### EXTRACTED ENTRIES
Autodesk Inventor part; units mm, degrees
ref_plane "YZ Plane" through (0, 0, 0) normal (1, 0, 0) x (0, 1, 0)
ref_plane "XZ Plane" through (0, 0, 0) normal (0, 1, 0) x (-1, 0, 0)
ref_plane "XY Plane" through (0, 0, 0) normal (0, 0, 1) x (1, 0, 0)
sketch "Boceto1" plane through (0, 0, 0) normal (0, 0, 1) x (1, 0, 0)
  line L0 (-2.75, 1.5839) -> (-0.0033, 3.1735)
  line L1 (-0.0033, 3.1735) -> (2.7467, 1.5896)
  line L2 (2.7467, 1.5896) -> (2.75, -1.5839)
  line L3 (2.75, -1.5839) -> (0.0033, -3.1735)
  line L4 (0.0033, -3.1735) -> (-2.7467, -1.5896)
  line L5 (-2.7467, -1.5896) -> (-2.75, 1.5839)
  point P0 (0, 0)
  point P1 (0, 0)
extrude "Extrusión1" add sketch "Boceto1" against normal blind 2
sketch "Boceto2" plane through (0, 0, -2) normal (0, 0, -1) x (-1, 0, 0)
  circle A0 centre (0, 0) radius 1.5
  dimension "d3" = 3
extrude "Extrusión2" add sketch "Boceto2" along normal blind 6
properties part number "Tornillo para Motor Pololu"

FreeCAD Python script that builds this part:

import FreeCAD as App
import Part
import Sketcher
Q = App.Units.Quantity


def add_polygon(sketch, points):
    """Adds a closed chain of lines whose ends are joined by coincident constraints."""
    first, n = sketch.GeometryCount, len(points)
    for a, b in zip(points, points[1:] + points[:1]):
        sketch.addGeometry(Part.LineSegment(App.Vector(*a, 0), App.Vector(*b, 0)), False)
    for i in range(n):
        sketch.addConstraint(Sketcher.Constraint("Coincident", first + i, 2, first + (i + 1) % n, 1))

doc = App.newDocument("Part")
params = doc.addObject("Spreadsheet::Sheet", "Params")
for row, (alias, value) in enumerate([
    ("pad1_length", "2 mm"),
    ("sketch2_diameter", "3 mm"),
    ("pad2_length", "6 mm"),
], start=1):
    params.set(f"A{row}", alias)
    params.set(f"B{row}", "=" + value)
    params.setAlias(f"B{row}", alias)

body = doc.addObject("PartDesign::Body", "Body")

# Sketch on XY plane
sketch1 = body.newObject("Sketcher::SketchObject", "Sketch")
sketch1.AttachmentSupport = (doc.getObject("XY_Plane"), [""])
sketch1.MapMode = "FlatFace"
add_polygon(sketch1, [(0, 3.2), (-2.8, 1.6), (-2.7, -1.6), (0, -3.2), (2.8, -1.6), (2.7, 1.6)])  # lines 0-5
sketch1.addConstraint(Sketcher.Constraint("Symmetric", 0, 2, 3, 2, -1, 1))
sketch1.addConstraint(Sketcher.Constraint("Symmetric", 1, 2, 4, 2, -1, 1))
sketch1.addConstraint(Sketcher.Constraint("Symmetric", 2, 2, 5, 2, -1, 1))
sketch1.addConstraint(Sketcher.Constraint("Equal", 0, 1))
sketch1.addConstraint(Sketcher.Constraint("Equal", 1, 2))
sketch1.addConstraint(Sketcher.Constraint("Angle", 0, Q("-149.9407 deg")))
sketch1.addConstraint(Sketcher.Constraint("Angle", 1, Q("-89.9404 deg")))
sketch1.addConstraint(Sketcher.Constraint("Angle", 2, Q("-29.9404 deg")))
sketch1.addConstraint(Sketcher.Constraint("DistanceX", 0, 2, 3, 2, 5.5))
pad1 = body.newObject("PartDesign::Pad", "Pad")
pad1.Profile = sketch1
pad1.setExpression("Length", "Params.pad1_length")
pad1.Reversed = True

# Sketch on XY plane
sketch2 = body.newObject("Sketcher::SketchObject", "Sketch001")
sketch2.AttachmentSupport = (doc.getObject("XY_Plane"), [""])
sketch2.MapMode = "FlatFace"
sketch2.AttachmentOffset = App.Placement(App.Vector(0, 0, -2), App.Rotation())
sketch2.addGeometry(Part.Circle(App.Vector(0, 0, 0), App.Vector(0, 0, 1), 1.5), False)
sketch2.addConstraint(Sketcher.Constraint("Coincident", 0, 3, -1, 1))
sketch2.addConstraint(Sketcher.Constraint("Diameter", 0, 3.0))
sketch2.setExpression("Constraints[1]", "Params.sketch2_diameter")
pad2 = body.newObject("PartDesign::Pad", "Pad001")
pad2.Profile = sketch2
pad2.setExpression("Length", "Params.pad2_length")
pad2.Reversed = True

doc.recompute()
######
### EXTRACTED ENTRIES
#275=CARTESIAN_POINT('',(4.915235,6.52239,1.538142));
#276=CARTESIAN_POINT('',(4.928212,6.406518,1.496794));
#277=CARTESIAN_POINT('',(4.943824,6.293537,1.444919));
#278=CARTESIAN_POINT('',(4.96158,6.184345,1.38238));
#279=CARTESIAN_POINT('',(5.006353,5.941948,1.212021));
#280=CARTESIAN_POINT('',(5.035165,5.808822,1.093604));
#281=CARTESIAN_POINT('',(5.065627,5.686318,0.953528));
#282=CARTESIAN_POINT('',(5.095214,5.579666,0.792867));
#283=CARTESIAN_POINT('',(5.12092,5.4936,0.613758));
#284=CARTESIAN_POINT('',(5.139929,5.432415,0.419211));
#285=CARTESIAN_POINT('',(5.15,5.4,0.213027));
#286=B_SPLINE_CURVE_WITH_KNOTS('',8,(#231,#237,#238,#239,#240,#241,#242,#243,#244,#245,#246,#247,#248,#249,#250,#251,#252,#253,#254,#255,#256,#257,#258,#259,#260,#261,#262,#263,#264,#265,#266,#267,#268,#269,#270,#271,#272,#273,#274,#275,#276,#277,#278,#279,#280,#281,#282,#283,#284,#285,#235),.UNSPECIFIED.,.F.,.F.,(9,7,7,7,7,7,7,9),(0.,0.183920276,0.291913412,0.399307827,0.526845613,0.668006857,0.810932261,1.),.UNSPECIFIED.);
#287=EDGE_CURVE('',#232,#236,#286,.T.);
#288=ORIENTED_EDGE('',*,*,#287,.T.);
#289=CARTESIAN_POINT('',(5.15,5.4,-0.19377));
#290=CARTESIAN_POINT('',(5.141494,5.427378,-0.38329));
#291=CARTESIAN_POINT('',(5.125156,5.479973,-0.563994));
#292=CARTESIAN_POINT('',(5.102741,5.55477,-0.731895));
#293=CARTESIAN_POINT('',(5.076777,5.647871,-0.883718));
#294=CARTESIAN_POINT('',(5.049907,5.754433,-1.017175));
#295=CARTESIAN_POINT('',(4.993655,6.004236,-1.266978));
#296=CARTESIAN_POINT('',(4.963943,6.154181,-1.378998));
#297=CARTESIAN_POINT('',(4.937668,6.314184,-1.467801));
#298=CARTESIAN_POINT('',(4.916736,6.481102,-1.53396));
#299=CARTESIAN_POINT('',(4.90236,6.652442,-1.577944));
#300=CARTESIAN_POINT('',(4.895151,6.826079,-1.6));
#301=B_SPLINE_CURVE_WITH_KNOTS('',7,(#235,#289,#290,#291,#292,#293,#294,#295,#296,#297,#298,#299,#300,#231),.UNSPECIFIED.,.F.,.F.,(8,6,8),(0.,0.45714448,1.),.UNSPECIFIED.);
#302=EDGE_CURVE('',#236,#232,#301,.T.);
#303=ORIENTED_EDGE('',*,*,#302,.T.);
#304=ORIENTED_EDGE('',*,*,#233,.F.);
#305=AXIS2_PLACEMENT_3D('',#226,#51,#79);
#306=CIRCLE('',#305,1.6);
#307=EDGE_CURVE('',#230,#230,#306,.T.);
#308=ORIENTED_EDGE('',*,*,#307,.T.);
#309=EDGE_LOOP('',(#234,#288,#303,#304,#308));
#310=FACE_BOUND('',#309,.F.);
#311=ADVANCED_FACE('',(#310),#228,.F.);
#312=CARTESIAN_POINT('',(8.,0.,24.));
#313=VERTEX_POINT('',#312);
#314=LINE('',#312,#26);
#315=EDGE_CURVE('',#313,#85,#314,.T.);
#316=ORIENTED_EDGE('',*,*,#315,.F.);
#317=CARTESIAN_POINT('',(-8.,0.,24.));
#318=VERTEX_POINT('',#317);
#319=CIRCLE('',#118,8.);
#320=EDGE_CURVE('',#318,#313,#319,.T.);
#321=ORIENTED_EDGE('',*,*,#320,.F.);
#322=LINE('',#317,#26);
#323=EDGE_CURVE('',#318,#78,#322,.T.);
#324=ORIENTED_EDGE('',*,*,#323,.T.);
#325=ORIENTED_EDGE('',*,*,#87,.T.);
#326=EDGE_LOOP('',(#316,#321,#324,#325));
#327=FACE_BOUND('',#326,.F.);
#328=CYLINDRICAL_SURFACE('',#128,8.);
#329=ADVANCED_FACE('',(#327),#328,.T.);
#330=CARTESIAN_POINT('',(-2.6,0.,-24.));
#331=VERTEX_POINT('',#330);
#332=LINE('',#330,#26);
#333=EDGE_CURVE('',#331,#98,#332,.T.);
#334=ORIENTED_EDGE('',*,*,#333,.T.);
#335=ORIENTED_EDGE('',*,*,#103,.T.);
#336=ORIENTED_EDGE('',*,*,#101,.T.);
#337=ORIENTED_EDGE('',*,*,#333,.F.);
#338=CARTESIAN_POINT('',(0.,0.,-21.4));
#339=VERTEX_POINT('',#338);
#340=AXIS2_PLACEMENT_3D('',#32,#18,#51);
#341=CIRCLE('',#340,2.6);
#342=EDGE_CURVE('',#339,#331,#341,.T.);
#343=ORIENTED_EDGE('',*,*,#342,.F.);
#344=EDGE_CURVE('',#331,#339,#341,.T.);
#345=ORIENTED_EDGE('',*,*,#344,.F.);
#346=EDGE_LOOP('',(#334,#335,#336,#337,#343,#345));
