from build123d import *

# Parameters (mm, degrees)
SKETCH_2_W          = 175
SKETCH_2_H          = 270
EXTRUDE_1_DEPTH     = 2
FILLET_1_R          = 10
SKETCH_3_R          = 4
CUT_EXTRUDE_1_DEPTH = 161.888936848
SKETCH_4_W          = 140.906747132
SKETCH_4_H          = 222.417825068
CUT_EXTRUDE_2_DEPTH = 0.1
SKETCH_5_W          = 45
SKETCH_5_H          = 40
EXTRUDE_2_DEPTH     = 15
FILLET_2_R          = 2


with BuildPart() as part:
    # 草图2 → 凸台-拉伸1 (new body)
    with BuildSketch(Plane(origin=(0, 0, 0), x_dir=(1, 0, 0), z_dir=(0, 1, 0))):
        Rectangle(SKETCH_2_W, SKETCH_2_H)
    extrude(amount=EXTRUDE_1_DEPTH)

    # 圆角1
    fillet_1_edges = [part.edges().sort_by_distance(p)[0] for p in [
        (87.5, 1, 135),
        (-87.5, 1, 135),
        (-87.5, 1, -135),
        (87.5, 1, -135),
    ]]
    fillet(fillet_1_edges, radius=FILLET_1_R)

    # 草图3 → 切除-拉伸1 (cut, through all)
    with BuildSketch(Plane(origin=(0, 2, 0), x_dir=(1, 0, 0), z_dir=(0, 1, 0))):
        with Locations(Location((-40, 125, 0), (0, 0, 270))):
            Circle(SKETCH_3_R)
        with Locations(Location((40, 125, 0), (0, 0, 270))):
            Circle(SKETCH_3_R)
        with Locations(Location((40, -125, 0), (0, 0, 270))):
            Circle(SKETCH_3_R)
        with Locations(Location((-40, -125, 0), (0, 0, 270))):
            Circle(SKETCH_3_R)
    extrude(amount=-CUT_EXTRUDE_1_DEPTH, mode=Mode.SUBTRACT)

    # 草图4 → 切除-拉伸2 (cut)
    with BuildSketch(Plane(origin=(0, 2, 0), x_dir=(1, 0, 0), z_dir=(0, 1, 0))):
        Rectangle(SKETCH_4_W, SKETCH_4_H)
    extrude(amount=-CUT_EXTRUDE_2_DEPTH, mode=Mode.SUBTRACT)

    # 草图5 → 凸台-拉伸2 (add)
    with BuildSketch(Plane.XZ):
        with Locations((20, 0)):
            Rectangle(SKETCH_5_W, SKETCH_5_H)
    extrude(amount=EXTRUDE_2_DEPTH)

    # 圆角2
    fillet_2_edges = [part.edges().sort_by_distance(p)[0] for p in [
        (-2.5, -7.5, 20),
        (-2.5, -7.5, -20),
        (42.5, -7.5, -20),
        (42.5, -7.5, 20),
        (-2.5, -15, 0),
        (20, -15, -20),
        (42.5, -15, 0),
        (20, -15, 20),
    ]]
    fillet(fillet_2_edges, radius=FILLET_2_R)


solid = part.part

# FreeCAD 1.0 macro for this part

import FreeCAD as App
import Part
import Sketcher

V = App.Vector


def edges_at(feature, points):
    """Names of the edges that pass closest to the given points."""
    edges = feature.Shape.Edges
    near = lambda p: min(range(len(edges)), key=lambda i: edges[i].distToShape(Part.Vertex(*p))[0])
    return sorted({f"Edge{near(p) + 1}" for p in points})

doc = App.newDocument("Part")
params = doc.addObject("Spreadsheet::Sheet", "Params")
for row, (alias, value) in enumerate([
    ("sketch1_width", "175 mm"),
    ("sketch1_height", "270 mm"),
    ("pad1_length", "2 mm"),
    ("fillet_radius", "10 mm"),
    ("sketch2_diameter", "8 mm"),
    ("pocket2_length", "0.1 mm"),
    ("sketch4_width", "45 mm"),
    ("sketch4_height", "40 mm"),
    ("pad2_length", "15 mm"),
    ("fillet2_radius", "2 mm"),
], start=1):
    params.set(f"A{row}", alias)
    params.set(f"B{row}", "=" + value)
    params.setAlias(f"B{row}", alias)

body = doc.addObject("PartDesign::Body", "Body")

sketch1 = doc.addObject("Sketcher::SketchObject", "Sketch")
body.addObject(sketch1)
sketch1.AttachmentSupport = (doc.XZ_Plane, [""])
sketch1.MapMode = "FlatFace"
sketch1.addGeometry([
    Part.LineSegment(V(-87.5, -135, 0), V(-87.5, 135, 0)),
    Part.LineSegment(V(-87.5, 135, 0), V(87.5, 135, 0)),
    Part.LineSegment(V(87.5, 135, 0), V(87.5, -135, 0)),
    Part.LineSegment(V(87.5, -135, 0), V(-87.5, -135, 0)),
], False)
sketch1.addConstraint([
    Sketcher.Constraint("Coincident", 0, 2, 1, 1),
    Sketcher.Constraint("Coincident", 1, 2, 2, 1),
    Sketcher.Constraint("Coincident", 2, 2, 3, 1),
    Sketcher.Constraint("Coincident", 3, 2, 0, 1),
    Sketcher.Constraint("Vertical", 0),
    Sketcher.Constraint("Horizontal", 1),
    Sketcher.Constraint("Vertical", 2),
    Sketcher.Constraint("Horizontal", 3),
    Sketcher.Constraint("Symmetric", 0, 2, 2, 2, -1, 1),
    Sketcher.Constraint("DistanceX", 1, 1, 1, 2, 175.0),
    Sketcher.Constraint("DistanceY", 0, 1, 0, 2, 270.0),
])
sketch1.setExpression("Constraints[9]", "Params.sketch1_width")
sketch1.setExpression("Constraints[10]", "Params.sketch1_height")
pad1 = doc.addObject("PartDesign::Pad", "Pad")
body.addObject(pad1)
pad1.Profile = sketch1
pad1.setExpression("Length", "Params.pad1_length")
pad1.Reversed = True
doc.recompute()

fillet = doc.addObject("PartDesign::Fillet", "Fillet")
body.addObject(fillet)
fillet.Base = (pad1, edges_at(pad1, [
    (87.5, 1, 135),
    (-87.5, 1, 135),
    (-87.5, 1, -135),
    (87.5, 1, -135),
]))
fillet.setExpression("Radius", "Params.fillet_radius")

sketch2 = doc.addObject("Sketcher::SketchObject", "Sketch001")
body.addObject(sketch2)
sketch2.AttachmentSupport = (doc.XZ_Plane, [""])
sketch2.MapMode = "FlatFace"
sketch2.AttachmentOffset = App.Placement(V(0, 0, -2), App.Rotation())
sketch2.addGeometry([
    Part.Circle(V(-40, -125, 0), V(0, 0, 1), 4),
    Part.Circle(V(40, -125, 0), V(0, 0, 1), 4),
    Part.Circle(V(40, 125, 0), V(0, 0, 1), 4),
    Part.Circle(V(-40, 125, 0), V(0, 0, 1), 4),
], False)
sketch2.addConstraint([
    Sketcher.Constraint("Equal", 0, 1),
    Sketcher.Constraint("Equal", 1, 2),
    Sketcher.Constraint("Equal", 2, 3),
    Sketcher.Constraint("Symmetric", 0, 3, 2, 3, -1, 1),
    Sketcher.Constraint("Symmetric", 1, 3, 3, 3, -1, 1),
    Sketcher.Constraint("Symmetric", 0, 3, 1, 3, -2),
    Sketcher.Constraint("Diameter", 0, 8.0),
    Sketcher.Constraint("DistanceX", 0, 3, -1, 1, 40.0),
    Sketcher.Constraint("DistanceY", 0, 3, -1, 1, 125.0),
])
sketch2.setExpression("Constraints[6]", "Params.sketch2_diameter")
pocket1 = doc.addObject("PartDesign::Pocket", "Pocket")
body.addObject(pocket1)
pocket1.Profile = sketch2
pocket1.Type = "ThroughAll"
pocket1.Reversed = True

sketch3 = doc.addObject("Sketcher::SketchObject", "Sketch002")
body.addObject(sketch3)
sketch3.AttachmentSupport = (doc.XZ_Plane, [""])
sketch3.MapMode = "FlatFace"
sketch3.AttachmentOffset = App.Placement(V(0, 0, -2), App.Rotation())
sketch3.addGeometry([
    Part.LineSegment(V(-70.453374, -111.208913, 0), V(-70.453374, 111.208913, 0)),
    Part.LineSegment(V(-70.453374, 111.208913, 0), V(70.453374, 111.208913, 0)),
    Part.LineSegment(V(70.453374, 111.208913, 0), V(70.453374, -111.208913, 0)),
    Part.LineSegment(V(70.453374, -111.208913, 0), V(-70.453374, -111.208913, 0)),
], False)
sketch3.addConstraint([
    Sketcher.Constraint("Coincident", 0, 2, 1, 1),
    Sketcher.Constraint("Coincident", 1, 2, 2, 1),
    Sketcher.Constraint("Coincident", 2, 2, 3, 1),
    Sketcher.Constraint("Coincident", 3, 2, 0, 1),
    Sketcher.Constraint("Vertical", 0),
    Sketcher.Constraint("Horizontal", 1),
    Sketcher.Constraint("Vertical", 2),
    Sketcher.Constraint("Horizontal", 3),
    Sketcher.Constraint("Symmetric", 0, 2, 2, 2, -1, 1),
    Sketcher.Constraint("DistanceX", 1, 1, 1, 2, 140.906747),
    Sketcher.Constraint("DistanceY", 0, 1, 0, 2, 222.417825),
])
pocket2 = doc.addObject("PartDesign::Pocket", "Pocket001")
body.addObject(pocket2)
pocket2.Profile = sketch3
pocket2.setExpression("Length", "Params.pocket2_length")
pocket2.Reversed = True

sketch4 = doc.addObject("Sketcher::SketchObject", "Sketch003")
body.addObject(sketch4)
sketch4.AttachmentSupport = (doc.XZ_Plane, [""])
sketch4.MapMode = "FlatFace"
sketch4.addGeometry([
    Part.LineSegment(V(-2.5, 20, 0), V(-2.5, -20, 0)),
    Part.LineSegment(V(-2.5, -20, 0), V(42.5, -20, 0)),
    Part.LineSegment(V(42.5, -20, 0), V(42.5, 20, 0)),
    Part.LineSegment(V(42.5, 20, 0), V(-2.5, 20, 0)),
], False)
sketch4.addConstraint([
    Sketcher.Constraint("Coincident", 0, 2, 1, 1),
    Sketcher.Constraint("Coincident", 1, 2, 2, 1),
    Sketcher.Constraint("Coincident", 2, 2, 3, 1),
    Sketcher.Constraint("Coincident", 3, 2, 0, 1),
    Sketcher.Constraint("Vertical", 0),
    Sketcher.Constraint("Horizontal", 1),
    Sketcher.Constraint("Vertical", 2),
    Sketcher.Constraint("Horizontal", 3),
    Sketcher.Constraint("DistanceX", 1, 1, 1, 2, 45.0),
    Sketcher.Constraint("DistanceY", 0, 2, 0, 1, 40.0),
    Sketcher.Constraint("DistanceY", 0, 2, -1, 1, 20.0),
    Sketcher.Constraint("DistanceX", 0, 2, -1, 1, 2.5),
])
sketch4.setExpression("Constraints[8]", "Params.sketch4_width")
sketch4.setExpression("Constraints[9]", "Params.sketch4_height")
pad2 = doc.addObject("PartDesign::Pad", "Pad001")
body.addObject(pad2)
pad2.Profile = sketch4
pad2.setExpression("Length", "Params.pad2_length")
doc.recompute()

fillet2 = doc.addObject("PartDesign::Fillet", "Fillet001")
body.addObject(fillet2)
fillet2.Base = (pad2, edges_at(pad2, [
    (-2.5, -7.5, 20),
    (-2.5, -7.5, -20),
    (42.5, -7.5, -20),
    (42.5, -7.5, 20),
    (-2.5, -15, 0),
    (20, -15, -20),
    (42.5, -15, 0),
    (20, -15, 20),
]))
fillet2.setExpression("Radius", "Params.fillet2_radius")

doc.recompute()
######
◆ TASK TO COMPLETE
Using the data above, reproduce exactly the lines between those holding "Autodesk Inventor part; units mm, degrees" and "FreeCAD Python script", inclusive, and no others.

◆ ANSWER FOR THIS EXERCISE
Autodesk Inventor part; units mm, degrees
ref_plane "YZ Plane" through (0, 0, 0) normal (1, 0, 0) x (0, 1, 0)
ref_plane "XZ Plane" through (0, 0, 0) normal (0, 1, 0) x (-1, 0, 0)
ref_plane "XY Plane" through (0, 0, 0) normal (0, 0, 1) x (1, 0, 0)
sketch "Boceto1" plane through (0, 0, 0) normal (0, 0, 1) x (1, 0, 0)
  line L0 (-2.75, 1.5839) -> (-0.0033, 3.1735)
  line L1 (-0.0033, 3.1735) -> (2.7467, 1.5896)
  line L2 (2.7467, 1.5896) -> (2.75, -1.5839)
  line L3 (2.75, -1.5839) -> (0.0033, -3.1735)
  line L4 (0.0033, -3.1735) -> (-2.7467, -1.5896)
  line L5 (-2.7467, -1.5896) -> (-2.75, 1.5839)
  point P0 (0, 0)
  point P1 (0, 0)
extrude "Extrusión1" add sketch "Boceto1" against normal blind 2
sketch "Boceto2" plane through (0, 0, -2) normal (0, 0, -1) x (-1, 0, 0)
  circle A0 centre (0, 0) radius 1.5
  dimension "d3" = 3
extrude "Extrusión2" add sketch "Boceto2" along normal blind 6
properties part number "Tornillo para Motor Pololu"

FreeCAD Python script that builds this part:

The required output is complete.